Research Connection: Marie Clark Taylor
- Understanding light and plant development allows gardeners to select plants for conditions.
- Dr. Marie Clark Taylor was the first woman to earn a scientific doctorate from Fordham University and the first African-American woman to earn a doctorate in botany (Figure 23.9).
- Her dissertation examined the effect of light photoperiods on the development of cells that give rise to flowers.
- Different plants (scarlet sage, cosmos, and orange cosmos) were exposed to different periods of daily light (6, 10, or 16 hours), and their seed and flower production was recorded.
- Plants have adapted to thrive under particular conditions.
- Plants in the shade have adapted to low levels of light by changing the relative concentrations of their chlorophyll pigments.
The light-dependent reactions of photosynthesis
- The overall function of light-dependent reactions is to convert solar energy into chemical energy in the form of NADPH and ATP.
- This chemical energy supports light-independent reactions and fuels the assembly of sugar molecules.
- Protein complexes and pigment molecules work together to produce NADPH and ATP.
Absorption of Light Energy
- Light energy of specific wavelengths is absorbed by pigments.
- Chlorophylls and carotenoids are the two major classes of photosynthetic pigments.
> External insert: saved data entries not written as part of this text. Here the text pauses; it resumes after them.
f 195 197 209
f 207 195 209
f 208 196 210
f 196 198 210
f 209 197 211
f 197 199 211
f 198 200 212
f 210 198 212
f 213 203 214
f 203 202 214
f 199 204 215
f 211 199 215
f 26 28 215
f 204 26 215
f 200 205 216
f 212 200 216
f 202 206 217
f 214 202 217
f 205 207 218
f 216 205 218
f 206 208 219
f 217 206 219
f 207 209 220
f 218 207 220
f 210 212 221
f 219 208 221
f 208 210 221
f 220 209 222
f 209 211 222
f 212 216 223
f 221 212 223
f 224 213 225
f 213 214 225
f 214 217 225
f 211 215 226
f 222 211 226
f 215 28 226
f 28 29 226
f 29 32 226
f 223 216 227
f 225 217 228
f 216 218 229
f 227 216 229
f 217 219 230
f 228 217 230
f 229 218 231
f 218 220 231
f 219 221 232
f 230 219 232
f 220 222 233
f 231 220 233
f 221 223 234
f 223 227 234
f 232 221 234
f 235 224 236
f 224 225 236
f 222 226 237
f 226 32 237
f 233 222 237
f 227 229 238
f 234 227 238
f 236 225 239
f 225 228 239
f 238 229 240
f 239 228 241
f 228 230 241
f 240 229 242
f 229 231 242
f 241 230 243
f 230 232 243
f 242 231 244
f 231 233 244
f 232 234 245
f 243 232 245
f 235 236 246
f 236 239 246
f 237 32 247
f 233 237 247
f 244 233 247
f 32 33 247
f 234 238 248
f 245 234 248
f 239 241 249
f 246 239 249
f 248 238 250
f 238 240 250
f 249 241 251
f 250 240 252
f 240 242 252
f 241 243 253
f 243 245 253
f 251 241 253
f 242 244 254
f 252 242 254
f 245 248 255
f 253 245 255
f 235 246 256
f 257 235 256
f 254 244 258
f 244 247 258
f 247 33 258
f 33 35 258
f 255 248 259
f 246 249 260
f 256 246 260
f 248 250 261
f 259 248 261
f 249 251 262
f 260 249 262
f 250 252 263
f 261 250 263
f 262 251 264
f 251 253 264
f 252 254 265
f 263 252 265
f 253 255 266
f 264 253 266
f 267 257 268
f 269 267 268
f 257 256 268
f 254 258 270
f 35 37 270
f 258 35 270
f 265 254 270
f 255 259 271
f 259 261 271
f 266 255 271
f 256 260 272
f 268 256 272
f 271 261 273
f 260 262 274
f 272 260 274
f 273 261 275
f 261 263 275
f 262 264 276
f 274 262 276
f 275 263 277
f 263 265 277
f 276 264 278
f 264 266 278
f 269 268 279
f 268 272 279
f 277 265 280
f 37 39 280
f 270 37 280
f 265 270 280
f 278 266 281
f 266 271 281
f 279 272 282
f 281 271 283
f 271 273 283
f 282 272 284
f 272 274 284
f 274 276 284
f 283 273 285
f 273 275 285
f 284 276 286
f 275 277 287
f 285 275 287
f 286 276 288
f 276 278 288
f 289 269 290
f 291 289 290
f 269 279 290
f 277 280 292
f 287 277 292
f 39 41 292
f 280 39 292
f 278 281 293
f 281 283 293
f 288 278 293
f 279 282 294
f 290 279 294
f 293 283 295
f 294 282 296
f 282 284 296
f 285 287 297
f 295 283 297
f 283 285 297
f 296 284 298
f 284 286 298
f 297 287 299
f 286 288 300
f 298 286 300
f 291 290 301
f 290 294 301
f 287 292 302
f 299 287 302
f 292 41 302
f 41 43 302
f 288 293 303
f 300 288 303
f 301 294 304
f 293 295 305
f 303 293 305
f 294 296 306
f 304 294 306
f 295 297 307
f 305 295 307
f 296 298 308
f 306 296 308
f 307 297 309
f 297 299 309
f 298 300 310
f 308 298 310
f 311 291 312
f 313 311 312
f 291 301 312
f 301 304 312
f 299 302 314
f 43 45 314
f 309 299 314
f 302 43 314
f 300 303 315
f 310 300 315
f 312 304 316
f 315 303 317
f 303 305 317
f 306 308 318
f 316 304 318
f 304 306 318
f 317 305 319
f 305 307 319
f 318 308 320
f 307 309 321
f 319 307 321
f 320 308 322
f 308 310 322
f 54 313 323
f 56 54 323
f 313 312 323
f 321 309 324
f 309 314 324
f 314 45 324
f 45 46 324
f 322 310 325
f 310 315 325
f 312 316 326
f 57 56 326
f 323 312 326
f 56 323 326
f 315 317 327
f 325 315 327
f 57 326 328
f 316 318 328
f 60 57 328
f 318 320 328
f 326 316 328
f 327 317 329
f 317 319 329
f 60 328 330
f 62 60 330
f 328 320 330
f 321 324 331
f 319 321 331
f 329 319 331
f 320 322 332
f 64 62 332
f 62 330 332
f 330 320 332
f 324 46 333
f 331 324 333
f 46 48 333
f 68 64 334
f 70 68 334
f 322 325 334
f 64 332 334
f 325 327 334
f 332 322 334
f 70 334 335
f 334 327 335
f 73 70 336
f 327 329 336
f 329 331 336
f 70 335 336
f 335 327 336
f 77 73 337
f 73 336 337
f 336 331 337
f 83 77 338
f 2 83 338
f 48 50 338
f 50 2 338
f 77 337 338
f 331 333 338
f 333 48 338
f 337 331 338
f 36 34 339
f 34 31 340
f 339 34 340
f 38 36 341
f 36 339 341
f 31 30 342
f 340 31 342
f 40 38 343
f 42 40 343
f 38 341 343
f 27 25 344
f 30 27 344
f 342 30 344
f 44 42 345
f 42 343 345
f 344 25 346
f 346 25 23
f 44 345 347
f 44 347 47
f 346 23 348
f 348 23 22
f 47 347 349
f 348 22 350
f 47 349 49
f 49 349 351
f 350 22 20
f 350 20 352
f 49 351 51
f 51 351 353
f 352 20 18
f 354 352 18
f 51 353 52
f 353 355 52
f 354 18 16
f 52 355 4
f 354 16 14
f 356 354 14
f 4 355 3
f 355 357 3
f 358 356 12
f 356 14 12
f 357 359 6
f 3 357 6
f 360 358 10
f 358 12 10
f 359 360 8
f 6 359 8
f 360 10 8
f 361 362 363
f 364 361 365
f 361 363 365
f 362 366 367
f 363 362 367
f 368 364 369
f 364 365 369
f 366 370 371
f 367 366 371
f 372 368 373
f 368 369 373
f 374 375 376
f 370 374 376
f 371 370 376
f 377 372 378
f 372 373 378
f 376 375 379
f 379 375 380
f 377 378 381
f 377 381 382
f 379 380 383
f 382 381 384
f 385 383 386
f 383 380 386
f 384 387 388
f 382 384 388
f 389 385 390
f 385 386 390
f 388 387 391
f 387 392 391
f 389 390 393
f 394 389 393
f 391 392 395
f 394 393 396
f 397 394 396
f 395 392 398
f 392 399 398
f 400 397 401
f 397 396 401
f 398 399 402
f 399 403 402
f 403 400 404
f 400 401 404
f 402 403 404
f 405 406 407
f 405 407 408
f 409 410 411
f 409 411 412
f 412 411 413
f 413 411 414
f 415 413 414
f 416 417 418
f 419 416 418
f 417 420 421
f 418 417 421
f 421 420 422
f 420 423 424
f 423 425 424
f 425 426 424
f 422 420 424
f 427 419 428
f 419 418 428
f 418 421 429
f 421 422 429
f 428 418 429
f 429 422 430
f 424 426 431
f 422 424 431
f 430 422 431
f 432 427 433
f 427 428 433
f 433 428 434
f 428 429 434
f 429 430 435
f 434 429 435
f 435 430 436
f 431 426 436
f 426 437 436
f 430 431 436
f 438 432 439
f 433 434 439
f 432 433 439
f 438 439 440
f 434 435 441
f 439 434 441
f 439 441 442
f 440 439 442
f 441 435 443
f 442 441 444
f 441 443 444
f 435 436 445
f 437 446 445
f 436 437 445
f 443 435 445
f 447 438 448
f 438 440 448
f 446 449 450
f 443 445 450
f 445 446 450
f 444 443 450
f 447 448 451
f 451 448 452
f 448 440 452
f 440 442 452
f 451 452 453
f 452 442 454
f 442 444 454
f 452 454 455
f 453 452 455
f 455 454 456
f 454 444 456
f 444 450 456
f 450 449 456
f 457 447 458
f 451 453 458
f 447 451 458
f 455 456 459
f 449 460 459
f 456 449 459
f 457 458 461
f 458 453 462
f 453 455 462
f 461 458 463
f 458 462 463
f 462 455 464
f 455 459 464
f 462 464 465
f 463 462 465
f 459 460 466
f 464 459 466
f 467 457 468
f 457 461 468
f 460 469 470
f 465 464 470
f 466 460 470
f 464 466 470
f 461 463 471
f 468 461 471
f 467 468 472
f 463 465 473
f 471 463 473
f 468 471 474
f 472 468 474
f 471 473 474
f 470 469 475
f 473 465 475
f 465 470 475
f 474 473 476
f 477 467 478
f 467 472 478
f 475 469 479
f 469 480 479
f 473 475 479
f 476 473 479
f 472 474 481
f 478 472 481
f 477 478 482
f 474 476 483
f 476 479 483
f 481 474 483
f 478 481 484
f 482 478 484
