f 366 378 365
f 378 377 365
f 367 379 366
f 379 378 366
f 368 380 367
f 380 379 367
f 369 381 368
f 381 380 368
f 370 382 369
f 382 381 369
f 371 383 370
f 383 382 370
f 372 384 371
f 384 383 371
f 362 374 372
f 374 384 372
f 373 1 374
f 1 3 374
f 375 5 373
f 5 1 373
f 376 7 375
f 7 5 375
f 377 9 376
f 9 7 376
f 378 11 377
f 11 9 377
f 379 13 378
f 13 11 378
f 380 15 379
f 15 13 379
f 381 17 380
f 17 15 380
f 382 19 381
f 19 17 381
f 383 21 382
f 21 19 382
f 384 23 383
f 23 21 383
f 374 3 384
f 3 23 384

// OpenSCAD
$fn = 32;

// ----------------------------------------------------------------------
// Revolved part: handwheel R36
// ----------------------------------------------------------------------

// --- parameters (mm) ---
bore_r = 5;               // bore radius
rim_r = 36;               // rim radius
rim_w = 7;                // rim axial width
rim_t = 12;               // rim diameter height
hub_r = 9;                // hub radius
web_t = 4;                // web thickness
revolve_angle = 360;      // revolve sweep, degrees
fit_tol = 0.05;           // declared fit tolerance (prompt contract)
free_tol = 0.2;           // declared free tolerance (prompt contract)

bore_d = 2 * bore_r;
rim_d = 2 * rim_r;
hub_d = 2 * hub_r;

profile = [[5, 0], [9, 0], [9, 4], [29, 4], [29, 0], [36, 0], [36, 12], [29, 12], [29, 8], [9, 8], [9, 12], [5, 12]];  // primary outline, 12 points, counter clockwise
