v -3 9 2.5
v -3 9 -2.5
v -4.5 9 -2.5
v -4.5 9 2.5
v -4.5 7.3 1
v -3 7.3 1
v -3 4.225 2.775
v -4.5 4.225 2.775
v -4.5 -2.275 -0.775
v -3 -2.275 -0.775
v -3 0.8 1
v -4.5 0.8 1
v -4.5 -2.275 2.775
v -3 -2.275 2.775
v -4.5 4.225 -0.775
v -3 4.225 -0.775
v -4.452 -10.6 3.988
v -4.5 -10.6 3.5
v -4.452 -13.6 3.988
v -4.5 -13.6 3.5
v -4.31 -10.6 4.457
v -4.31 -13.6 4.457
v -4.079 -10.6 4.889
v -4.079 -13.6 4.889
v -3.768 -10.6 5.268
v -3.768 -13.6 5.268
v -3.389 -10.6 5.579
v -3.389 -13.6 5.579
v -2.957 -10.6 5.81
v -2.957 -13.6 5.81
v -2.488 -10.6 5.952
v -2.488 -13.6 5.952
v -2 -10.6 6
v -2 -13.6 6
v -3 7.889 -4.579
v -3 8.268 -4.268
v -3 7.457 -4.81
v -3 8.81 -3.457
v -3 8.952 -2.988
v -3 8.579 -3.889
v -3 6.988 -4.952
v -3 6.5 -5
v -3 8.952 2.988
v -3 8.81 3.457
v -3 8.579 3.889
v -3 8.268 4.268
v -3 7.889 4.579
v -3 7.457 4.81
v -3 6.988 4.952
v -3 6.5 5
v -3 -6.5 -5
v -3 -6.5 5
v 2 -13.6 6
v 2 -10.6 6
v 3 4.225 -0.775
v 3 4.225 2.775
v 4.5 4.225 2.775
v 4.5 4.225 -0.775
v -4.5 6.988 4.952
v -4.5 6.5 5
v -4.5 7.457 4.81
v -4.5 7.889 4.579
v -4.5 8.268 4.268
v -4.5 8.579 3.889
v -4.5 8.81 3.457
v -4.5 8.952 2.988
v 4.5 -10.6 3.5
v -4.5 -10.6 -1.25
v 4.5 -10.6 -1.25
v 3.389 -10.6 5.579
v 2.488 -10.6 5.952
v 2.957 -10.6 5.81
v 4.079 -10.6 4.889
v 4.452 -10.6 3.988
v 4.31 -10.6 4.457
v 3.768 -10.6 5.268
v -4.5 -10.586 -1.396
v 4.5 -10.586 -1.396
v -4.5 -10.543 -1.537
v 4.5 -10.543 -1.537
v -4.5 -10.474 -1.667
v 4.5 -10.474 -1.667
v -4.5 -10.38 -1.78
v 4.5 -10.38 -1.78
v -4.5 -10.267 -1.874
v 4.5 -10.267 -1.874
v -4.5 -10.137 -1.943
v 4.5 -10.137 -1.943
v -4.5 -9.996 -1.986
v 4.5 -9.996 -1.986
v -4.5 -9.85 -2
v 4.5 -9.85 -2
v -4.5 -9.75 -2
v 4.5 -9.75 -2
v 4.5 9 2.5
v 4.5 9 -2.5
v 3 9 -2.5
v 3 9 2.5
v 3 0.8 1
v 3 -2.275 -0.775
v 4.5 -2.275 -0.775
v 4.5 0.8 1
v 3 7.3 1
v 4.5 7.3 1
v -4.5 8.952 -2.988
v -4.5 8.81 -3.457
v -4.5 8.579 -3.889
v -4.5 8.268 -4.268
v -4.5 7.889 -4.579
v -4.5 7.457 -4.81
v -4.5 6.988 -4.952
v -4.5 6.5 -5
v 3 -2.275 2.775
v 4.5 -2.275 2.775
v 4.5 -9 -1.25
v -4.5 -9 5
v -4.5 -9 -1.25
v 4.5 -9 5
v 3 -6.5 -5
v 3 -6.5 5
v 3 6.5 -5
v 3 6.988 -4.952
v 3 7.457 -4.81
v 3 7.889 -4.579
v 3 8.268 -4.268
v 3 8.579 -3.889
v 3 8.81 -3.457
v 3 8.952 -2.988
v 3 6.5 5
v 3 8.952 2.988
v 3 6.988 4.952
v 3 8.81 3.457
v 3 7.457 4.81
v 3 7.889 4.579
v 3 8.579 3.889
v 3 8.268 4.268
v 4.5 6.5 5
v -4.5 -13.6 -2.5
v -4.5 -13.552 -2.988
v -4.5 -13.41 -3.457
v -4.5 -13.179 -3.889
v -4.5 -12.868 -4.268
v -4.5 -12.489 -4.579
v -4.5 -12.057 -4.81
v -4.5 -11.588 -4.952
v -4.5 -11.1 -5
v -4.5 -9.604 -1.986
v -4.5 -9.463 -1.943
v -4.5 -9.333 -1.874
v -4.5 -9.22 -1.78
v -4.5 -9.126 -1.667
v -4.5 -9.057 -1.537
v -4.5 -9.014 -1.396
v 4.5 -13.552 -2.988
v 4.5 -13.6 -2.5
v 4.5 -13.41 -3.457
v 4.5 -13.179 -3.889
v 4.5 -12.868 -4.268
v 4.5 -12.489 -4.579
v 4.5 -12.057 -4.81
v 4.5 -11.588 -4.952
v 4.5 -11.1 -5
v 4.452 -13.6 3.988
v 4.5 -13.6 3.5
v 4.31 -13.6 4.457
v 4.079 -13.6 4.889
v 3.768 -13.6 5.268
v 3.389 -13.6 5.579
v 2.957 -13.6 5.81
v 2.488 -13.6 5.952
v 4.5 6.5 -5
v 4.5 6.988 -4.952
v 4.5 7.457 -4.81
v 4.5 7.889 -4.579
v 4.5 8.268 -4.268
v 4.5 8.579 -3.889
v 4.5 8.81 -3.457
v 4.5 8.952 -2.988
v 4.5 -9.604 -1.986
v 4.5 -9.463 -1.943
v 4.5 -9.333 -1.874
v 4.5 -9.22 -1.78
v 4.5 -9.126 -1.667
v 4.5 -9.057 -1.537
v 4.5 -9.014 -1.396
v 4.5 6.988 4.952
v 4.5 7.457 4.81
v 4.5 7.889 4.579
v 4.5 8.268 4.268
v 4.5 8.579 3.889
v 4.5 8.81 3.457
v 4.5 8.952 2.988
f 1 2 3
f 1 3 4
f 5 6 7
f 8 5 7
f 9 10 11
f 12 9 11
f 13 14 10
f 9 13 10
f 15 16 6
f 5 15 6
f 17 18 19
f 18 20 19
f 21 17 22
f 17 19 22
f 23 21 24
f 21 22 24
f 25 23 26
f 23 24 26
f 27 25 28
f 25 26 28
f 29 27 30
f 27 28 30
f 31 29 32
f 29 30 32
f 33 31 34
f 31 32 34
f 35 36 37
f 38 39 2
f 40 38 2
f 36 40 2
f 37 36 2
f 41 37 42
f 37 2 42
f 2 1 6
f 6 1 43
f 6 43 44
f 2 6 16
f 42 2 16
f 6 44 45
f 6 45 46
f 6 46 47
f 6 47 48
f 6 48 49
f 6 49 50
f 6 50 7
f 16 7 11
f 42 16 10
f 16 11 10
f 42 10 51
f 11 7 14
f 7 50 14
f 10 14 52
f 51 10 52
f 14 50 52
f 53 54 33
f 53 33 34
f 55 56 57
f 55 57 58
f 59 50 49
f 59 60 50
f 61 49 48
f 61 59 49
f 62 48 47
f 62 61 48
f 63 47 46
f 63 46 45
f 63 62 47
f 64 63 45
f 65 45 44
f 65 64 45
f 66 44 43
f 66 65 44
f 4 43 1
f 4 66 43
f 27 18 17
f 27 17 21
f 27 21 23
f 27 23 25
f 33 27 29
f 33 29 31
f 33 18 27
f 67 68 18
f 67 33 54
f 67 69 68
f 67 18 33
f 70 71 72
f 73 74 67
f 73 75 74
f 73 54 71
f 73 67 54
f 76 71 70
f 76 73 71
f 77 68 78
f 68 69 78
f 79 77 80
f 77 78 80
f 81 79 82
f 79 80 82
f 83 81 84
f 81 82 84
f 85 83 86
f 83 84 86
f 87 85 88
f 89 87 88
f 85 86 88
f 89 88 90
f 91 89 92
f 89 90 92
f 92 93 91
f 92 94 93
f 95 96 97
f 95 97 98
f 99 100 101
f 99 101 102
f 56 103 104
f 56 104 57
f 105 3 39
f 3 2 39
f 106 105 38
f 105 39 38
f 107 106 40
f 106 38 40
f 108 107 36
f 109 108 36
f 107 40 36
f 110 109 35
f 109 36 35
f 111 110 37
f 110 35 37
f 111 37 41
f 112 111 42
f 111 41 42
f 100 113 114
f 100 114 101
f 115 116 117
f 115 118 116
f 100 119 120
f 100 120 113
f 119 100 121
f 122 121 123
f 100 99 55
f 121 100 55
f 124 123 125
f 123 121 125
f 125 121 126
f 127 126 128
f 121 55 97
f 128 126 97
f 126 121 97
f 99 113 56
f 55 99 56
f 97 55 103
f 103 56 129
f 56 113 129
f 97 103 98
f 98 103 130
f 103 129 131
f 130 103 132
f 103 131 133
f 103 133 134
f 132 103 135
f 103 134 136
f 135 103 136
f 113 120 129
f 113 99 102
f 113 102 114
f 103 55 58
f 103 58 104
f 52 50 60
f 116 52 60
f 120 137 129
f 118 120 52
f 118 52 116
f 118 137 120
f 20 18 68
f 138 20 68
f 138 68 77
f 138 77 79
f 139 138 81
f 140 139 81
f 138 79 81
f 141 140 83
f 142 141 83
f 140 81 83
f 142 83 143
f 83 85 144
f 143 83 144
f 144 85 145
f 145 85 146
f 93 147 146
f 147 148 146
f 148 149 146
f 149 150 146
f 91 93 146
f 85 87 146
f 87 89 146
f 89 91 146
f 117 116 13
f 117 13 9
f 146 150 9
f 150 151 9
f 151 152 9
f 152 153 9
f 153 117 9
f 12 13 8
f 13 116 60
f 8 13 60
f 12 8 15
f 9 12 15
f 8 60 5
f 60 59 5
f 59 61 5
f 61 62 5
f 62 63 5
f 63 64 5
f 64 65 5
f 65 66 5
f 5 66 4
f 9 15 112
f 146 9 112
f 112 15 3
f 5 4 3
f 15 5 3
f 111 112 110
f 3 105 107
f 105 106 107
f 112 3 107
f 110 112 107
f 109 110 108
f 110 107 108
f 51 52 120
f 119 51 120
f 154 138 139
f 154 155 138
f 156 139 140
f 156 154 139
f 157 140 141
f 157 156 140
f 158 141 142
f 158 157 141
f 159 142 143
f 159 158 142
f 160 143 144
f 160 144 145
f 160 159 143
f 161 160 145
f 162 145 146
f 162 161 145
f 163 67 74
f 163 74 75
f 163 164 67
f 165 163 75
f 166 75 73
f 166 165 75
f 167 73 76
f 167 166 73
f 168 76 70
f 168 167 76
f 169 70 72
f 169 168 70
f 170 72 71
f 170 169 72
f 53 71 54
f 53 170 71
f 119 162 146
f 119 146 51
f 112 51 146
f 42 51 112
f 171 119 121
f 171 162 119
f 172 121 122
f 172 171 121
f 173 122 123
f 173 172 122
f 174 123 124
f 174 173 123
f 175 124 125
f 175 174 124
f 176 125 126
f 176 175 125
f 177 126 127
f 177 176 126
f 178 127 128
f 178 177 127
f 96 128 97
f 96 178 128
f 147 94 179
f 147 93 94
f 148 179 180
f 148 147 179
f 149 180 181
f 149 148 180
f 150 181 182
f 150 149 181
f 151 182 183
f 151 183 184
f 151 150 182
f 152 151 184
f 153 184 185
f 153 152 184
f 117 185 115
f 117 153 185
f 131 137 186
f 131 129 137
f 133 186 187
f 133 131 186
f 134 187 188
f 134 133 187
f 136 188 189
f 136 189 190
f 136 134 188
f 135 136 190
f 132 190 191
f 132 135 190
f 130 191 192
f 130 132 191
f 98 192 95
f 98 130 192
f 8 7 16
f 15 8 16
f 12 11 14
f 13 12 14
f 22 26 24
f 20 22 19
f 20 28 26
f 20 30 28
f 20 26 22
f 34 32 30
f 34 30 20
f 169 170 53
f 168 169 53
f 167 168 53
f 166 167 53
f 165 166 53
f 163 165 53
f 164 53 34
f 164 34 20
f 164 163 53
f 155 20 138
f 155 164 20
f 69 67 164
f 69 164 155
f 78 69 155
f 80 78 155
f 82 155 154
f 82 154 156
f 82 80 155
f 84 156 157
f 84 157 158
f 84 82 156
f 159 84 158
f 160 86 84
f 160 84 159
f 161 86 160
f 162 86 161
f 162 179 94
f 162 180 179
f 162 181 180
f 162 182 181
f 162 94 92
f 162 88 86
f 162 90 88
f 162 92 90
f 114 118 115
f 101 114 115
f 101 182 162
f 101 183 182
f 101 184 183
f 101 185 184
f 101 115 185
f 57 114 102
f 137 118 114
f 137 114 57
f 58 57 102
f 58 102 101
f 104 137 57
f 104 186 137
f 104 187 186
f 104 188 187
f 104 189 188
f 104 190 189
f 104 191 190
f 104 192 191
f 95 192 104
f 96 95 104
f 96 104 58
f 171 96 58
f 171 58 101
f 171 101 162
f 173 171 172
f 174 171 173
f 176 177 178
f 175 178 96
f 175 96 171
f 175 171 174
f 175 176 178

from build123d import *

# Parameters (mm, degrees)
BOSS_EXTRUDE1_DEPTH     = 4.5
CUT_EXTRUDE1_DEPTH      = 10
CUT_EXTRUDE2_DEPTH      = 5.5
CUT_EXTRUDE2_DEPTH_BACK = 5.5
FILLET1_R               = 2.5
FILLET2_R               = 0.75


with BuildPart() as part:
    # Sketch2 → Boss-Extrude1 (new body, symmetric)
    with BuildSketch(Plane(origin=(0, 0, 0), x_dir=(0, 0, -1), z_dir=(1, 0, 0))):
        Polygon((2, -9), (2, -10.6), (-6, -10.6), (-6, -13.6), (5, -13.6), (5, -9), (5, 9), (-5, 9), (-5, -9), align=None)
    extrude(amount=BOSS_EXTRUDE1_DEPTH, both=True)

    # Sketch3 → Cut-Extrude1 (cut)
    with BuildSketch(Plane.XY.offset(5)):
        Polygon((-3, 6.5), (-3, -6.5), (3, -6.5), (3, 6.5), (3, 9), (-3, 9), align=None)
    extrude(amount=-CUT_EXTRUDE1_DEPTH, mode=Mode.SUBTRACT)

    # Sketch4 → Cut-Extrude2 (cut, two sides)
    with BuildSketch(Plane(origin=(0, 0, 0), x_dir=(0, 0, -1), z_dir=(1, 0, 0))) as cut_extrude2_sk:
        Polygon((0.775352078, 4.225), (-1, 7.3), (-2.775352078, 4.225), align=None)
        Polygon((0.775352078, -2.275), (-1, 0.8), (-2.775352078, -2.275), align=None)
    extrude(amount=CUT_EXTRUDE2_DEPTH, mode=Mode.SUBTRACT)
    extrude(cut_extrude2_sk.sketch, amount=-CUT_EXTRUDE2_DEPTH_BACK, mode=Mode.SUBTRACT)

    # Fillet1
    fillet1_edges = [part.edges().sort_by_distance(p)[0] for p in [
        (0, -13.6, -5),
        (3.75, 9, 5),
        (3.75, 9, -5),
        (4.5, -12.1, 6),
        (-3.75, 9, 5),
        (-3.75, 9, -5),
        (-4.5, -12.1, 6),
    ]]
    fillet(fillet1_edges, radius=FILLET1_R)

    # Fillet2
    fillet2_edges = [part.edges().sort_by_distance(p)[0] for p in [
        (0, -10.6, -2),
        (0, -9, -2),
    ]]
    fillet(fillet2_edges, radius=FILLET2_R)


solid = part.part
- Chlorophyll a and chlorophyll b are found in plants.
- Carotenoids function as photosynthetic pigments that dispose of excess energy.
- Carotenoids absorb excess energy and dissipate it as heat.
- Many photosynthetic organisms have a mixture of pigments for a wider range of wavelengths.
- When a photon of light hits a pigment molecule, it is absorbed.
- The energy from the photon excites an electron, moving it to a higher energy orbital (Figure 23.10).